Nunca é tarde. Assim, comento in memoriam e tentando suprir a falta de consideração e respeito que tiveram todos aqueles que se omitiram em homenagear ou se manifestar em relação à morte do professor Alfredo Palermo, um ícone da cultura francana, tais como a Ordem dos Advogados do Brasil, a Faculdade de Direito de Franca, a Unesp, a Facef, a Unifran, a Apeosp, a Prefeitura Municipal, a Câmara de Vereadores, a Secretaria de Educação do Estado de São Paulo, o IEETC, a Câmara dos Deputados e dos ditos intelectuais ou cultos personagens citadinos e outras entidades consideradas culturais e mais aquelas das quais não me lembro no momento, porque não realizaram nenhuma manifestação e sequer pediram a realização de uma missa pelo sétimo dia da passagem para nova vida do ilustre personagem, registro o meu desapontamento e decepção e o meu pessoal pesar pela grande perda, extensivo à sua família. Parabenizo o Comercio da Franca pelas belas matérias sobre o lamentável fato.
Da mesma forma expresso meu repúdio ao tratamento grosseiro e mal educado, aliás, como se estivesse chutando cones, dado à Associação Atlética Francana pelo alcaide e seus assecl... digo, assessores.
Desrespeitaram anos de tradição e dirigiram-se ao clube como se fosse a divisão de esportes do município que, como se sabe, está podre na base por culpa da má administração de seus dirigentes e não por seus componentes.
Ainda assim, fez o que fez e, com certeza, pagará pelo mal feito. Cheira a preparação de caminho para novamente renunciar e assumir cargos mais altos, desta vez, evitando coisas que voam.
A cidade inteira está bem servida no que diz respeito à sinalização aérea e de solo, mas, aqueles que transitam pela rua Estevam Leão Bourroul – localizada bem no centro, uma das principais opções do bairro para o centro ou alcançar as vias de acesso às rodovias – sentem total falta de sinalização. Isso provoca grandes transtornos e congestionamentos nos horários de pico, além de entupir as portas de acesso e saída das garagens tirando tranquilidade dos usuários e provocando acidentes e um buzinar insuportável.

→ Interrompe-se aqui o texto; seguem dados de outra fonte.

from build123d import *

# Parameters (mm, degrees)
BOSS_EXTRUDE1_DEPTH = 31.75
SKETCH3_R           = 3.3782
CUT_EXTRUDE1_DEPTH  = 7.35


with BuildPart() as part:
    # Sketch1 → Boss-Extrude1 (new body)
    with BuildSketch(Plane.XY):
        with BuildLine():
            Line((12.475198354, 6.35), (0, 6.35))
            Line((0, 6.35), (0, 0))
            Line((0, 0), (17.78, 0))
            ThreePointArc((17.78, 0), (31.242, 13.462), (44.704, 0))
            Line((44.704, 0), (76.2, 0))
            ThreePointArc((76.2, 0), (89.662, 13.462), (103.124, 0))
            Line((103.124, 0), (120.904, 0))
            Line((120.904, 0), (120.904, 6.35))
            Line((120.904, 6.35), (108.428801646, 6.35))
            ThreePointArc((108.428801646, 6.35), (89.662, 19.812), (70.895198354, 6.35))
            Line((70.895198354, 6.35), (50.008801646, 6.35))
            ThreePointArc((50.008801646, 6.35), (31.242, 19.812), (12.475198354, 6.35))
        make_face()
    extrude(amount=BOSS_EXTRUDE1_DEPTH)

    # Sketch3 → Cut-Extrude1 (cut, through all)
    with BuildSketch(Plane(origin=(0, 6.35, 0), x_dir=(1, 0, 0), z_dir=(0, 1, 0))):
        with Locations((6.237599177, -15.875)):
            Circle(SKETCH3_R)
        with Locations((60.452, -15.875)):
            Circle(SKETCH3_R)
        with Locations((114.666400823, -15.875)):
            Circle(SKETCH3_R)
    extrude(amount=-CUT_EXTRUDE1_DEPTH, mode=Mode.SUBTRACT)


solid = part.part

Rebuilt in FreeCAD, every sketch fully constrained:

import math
import FreeCAD as App
import Part
import Sketcher
Q = App.Units.Quantity

doc = App.newDocument("Part")
body = doc.addObject("PartDesign::Body", "Body")

# Sketch on XY plane
sketch1 = doc.addObject("Sketcher::SketchObject", "Sketch")
body.addObject(sketch1)
sketch1.AttachmentSupport = (doc.XY_Plane, [""])
sketch1.MapMode = "FlatFace"
sketch1.addGeometry(Part.LineSegment(App.Vector(12, 6, 0), App.Vector(0, 6, 0)), False)
sketch1.addGeometry(Part.LineSegment(App.Vector(0, 6, 0), App.Vector(0, 0, 0)), False)
sketch1.addGeometry(Part.LineSegment(App.Vector(0, 0, 0), App.Vector(18, 0, 0)), False)
sketch1.addGeometry(Part.ArcOfCircle(Part.Circle(App.Vector(31, 0, 0), App.Vector(0, 0, 1), 13), math.radians(0), math.radians(180)), False)
sketch1.addGeometry(Part.LineSegment(App.Vector(45, 0, 0), App.Vector(76, 0, 0)), False)
sketch1.addGeometry(Part.ArcOfCircle(Part.Circle(App.Vector(90, 0, 0), App.Vector(0, 0, 1), 13), math.radians(0), math.radians(180)), False)
sketch1.addGeometry(Part.LineSegment(App.Vector(103, 0, 0), App.Vector(121, 0, 0)), False)
sketch1.addGeometry(Part.LineSegment(App.Vector(121, 0, 0), App.Vector(121, 6, 0)), False)
sketch1.addGeometry(Part.LineSegment(App.Vector(121, 6, 0), App.Vector(108, 6, 0)), False)
sketch1.addGeometry(Part.ArcOfCircle(Part.Circle(App.Vector(90, 0, 0), App.Vector(0, 0, 1), 20), math.radians(19), math.radians(161)), False)
sketch1.addGeometry(Part.LineSegment(App.Vector(71, 6, 0), App.Vector(50, 6, 0)), False)
sketch1.addGeometry(Part.ArcOfCircle(Part.Circle(App.Vector(31, 0, 0), App.Vector(0, 0, 1), 20), math.radians(19), math.radians(161)), False)
sketch1.addConstraint(Sketcher.Constraint("Coincident", 0, 2, 1, 1))
sketch1.addConstraint(Sketcher.Constraint("Coincident", 1, 2, 2, 1))
sketch1.addConstraint(Sketcher.Constraint("Coincident", 2, 2, 3, 2))
sketch1.addConstraint(Sketcher.Constraint("Coincident", 3, 1, 4, 1))
sketch1.addConstraint(Sketcher.Constraint("Coincident", 4, 2, 5, 2))
sketch1.addConstraint(Sketcher.Constraint("Coincident", 5, 1, 6, 1))
sketch1.addConstraint(Sketcher.Constraint("Coincident", 6, 2, 7, 1))
sketch1.addConstraint(Sketcher.Constraint("Coincident", 7, 2, 8, 1))
sketch1.addConstraint(Sketcher.Constraint("Coincident", 8, 2, 9, 1))
sketch1.addConstraint(Sketcher.Constraint("Coincident", 9, 2, 10, 1))
sketch1.addConstraint(Sketcher.Constraint("Coincident", 10, 2, 11, 1))
sketch1.addConstraint(Sketcher.Constraint("Coincident", 11, 2, 0, 1))
sketch1.addConstraint(Sketcher.Constraint("Horizontal", 0))
sketch1.addConstraint(Sketcher.Constraint("Vertical", 1))
sketch1.addConstraint(Sketcher.Constraint("Horizontal", 2))
sketch1.addConstraint(Sketcher.Constraint("Horizontal", 4))
sketch1.addConstraint(Sketcher.Constraint("Horizontal", 6))
sketch1.addConstraint(Sketcher.Constraint("Vertical", 7))
sketch1.addConstraint(Sketcher.Constraint("Horizontal", 8))
sketch1.addConstraint(Sketcher.Constraint("Horizontal", 10))
sketch1.addConstraint(Sketcher.Constraint("Coincident", 1, 2, -1, 1))
sketch1.addConstraint(Sketcher.Constraint("Coincident", 9, 3, 5, 3))
sketch1.addConstraint(Sketcher.Constraint("Coincident", 11, 3, 3, 3))
sketch1.addConstraint(Sketcher.Constraint("Equal", 3, 5))
sketch1.addConstraint(Sketcher.Constraint("Equal", 9, 11))
sketch1.addConstraint(Sketcher.Constraint("PointOnObject", 3, 3, -1))
sketch1.addConstraint(Sketcher.Constraint("PointOnObject", 5, 3, -1))
sketch1.addConstraint(Sketcher.Constraint("PointOnObject", 3, 1, -1))
sketch1.addConstraint(Sketcher.Constraint("PointOnObject", 5, 1, -1))
sketch1.addConstraint(Sketcher.Constraint("Horizontal", 0, 2, 7, 2))
sketch1.addConstraint(Sketcher.Constraint("Horizontal", 8, 2, 9, 2))
sketch1.addConstraint(Sketcher.Constraint("Equal", 2, 6))
sketch1.addConstraint(Sketcher.Constraint("Radius", 3, Q("0.53 in")))
sketch1.addConstraint(Sketcher.Constraint("Radius", 9, Q("0.78 in")))
sketch1.addConstraint(Sketcher.Constraint("DistanceX", 2, 1, 2, 2, Q("0.7 in")))
sketch1.addConstraint(Sketcher.Constraint("DistanceX", -1, 1, 4, 2, Q("3 in")))
sketch1.addConstraint(Sketcher.Constraint("DistanceY", 1, 2, 1, 1, Q("0.25 in")))
pad1 = doc.addObject("PartDesign::Pad", "Pad")
body.addObject(pad1)
pad1.Profile = sketch1
pad1.Length = Q("1.25 in")

# Sketch on XZ plane
sketch2 = doc.addObject("Sketcher::SketchObject", "Sketch001")
body.addObject(sketch2)
sketch2.AttachmentSupport = (doc.XZ_Plane, [""])
sketch2.MapMode = "FlatFace"
sketch2.AttachmentOffset = App.Placement(App.Vector(0, 0, -0.25 * 25.4), App.Rotation())
sketch2.addGeometry(Part.Circle(App.Vector(6.2, 15.9, 0), App.Vector(0, 0, 1), 3.4), False)
sketch2.addGeometry(Part.Circle(App.Vector(60.5, 15.9, 0), App.Vector(0, 0, 1), 3.4), False)
sketch2.addGeometry(Part.Circle(App.Vector(114.7, 15.9, 0), App.Vector(0, 0, 1), 3.4), False)
sketch2.addConstraint(Sketcher.Constraint("Equal", 0, 1))
sketch2.addConstraint(Sketcher.Constraint("Equal", 1, 2))
sketch2.addConstraint(Sketcher.Constraint("Horizontal", 0, 3, 1, 3))
sketch2.addConstraint(Sketcher.Constraint("Horizontal", 1, 3, 2, 3))
sketch2.addConstraint(Sketcher.Constraint("Diameter", 0, Q("0.266 in")))
sketch2.addConstraint(Sketcher.Constraint("DistanceX", -1, 1, 1, 3, Q("2.38 in")))
sketch2.addConstraint(Sketcher.Constraint("DistanceY", -1, 1, 0, 3, Q("0.625 in")))
sketch2.addConstraint(Sketcher.Constraint("DistanceX", -1, 1, 0, 3, Q("6.237599 mm")))
sketch2.addConstraint(Sketcher.Constraint("DistanceX", -1, 1, 2, 3, Q("114.666401 mm")))
pocket1 = doc.addObject("PartDesign::Pocket", "Pocket")
body.addObject(pocket1)
pocket1.Profile = sketch2
pocket1.Type = "ThroughAll"
pocket1.Reversed = True

doc.recompute()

Enfim, termino. Acaba o espaço que meu editor, o Luiz Neto, me garante. Aproveito para dizer, antes da posse do nosso novo bispo, que gostei de seu jeito e da demonstração de vocação para os menos favorecidos que demonstra.
Poderá contribuir, e muito, para socorrer o lado pobre da cidade que cresce à cada dia juntamente com os índices de violência.
Pode ser que consiga mudar algo na visão política inerente às épocas eleitorais, pleiteando mais acesso à educação, cultura e atenção para os desassistidos. Se conseguir, fará toda a diferença.